I looked at these articles and the thing that I found most striking was that the authors looked at wind power in isolation rather than as part of a wider power generation system. They either were ignorant of or deliberately chose to ignore, critical factors that, in practice, meant their analyses are of no real value.

The energy supply system in a developed economy is a complex system. A complex system is one where there are a large and dynamically changing number of components with relationships between these components. Because of the dynamic nature of these systems, it is theoretically impossible to have complete knowledge of them so we can never produce a completely accurate mathematical model of their behaviour or other characteristics, such as whole life-cycle costs.

Complex systems generate enormous volumes of data. This data is rarely consistent and is frequently contradictory. Because of this, commentators with an axe to grind can usually cherry pick this data to support their own views. Hence, there are pro/anti nuclear articles which appear to be based on objective data analysis. When the alternative perspective is pointed out to those with one set of views, their reaction is often to ignore it or to rubbish the alternatives.

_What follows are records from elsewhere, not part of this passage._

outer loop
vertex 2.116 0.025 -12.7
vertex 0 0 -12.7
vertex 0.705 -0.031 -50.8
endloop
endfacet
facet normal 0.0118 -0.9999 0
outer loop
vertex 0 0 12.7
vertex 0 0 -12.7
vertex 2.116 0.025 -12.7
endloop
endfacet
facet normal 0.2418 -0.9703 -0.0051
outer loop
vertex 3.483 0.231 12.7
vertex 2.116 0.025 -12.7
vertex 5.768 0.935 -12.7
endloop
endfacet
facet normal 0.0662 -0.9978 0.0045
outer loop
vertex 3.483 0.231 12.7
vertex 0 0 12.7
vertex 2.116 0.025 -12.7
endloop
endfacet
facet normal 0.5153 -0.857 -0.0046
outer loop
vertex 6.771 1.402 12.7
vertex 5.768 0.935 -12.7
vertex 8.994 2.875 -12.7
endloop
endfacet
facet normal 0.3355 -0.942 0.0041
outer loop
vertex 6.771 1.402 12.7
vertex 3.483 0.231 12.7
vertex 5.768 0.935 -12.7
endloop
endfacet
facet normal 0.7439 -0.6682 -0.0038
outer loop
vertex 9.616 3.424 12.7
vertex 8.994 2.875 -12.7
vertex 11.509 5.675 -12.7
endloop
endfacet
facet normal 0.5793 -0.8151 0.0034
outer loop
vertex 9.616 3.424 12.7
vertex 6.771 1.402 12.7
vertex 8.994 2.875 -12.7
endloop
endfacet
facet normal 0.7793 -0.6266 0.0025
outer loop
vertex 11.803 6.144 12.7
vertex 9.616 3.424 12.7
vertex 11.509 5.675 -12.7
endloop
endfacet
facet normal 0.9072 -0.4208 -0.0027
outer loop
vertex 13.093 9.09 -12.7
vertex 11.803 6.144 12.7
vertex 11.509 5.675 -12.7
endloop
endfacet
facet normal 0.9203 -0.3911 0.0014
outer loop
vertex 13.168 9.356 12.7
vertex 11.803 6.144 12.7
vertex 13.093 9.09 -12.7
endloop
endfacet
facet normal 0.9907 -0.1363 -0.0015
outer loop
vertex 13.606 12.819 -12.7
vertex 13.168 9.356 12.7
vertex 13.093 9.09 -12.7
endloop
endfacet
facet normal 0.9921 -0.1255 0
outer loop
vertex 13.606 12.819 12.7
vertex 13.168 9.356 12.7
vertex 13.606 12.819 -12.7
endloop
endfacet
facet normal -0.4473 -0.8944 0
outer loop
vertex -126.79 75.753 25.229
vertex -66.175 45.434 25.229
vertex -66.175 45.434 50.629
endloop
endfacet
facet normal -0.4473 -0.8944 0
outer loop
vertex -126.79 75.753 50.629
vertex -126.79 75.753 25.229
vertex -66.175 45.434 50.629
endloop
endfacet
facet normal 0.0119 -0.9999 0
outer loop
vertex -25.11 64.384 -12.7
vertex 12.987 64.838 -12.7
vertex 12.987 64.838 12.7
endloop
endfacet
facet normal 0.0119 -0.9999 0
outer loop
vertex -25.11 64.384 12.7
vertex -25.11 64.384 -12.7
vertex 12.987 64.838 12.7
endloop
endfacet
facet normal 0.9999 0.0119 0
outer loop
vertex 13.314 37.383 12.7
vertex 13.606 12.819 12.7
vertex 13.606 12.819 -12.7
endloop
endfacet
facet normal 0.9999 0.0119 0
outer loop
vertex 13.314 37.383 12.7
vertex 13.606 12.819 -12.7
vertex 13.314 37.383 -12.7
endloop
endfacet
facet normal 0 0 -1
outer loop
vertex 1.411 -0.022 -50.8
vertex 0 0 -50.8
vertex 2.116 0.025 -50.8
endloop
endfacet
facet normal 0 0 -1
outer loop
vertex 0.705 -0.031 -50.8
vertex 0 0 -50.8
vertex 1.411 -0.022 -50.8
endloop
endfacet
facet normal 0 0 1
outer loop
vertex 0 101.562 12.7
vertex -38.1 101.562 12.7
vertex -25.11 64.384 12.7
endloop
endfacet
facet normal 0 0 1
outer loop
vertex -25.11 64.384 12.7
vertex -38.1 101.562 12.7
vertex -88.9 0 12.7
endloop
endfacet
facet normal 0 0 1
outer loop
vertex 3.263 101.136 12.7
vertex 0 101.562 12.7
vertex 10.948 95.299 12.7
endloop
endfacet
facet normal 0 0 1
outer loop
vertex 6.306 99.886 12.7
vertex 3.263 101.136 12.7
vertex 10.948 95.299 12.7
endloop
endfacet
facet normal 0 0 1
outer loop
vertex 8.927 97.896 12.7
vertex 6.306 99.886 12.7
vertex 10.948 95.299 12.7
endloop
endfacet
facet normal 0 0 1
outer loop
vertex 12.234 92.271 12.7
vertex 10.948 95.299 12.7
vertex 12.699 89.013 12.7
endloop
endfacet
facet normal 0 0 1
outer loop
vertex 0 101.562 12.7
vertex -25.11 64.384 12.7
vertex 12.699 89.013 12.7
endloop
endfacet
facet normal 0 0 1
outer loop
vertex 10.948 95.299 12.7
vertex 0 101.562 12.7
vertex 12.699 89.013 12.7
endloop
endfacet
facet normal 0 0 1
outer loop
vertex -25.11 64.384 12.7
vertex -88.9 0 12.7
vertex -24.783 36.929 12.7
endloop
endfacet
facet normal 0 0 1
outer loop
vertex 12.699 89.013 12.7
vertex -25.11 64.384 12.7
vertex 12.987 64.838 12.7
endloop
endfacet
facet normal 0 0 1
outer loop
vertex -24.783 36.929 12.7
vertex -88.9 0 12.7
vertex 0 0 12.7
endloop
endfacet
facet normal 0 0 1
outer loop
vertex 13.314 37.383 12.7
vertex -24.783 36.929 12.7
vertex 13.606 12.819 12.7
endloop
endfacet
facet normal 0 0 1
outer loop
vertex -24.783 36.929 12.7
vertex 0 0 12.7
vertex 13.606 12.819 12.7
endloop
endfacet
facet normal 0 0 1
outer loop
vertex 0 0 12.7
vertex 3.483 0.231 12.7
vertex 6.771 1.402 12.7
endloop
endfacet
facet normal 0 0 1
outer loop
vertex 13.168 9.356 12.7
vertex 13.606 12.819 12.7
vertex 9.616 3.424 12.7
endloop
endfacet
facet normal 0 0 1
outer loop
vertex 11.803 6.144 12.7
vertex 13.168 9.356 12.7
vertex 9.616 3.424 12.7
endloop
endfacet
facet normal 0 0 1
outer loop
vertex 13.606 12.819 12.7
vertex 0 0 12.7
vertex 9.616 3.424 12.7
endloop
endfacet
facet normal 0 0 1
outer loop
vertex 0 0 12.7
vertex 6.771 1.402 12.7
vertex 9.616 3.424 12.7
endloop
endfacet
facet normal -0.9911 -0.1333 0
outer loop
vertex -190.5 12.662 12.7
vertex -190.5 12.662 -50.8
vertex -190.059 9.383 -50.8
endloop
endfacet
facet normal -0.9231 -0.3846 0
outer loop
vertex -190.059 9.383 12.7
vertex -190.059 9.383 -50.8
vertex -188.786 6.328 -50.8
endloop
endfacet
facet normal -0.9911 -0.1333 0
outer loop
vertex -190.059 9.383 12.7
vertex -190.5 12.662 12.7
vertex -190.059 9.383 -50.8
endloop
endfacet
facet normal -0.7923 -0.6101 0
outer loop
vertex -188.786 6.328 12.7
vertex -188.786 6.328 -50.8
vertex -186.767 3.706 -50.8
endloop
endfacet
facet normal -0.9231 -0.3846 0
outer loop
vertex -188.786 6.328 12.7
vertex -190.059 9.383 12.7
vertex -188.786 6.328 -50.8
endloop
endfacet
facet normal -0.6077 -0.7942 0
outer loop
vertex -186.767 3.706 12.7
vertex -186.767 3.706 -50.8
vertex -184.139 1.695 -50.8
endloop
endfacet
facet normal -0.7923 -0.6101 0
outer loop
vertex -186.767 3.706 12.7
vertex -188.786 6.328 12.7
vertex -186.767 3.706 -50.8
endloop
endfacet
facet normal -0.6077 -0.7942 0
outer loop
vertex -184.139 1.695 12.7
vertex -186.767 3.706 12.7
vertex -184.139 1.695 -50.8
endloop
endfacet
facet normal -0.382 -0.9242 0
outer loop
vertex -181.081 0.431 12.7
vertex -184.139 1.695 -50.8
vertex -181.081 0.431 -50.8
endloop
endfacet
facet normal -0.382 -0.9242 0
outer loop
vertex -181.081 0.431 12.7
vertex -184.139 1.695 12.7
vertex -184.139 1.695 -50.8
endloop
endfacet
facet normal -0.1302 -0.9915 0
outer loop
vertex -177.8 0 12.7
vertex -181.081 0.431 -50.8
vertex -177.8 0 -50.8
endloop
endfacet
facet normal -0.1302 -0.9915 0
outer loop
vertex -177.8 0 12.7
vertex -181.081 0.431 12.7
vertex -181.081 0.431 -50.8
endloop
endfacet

To provide a national energy supply, we cannot simply make decisions based on the cost of a generation technology – we must also consider at its availability (can it deliver power when needed) and its political and environmental risks. Availability is a key issue as continuity of supply is essential for the functioning of our society.

For example, we need to take into account the possibility of a nuclear accident, the possibility that political factors will cut off imported gas supplies, the possibility that weather conditions will mean that there is a widespread still weather so wind turbines don’t work and so on. There are lots of other issues and risks – some of which we DO NOT KNOW.

We can consider all of these other factors as RISKS – things that might happen which will lead to additional costs. A conventional economic approach tries to work out these costs and includes them in cost computations. However, if you try and do this in a large complex system such as energy supply, there are so many uncertainties that the resulting conclusions are completely unreliable.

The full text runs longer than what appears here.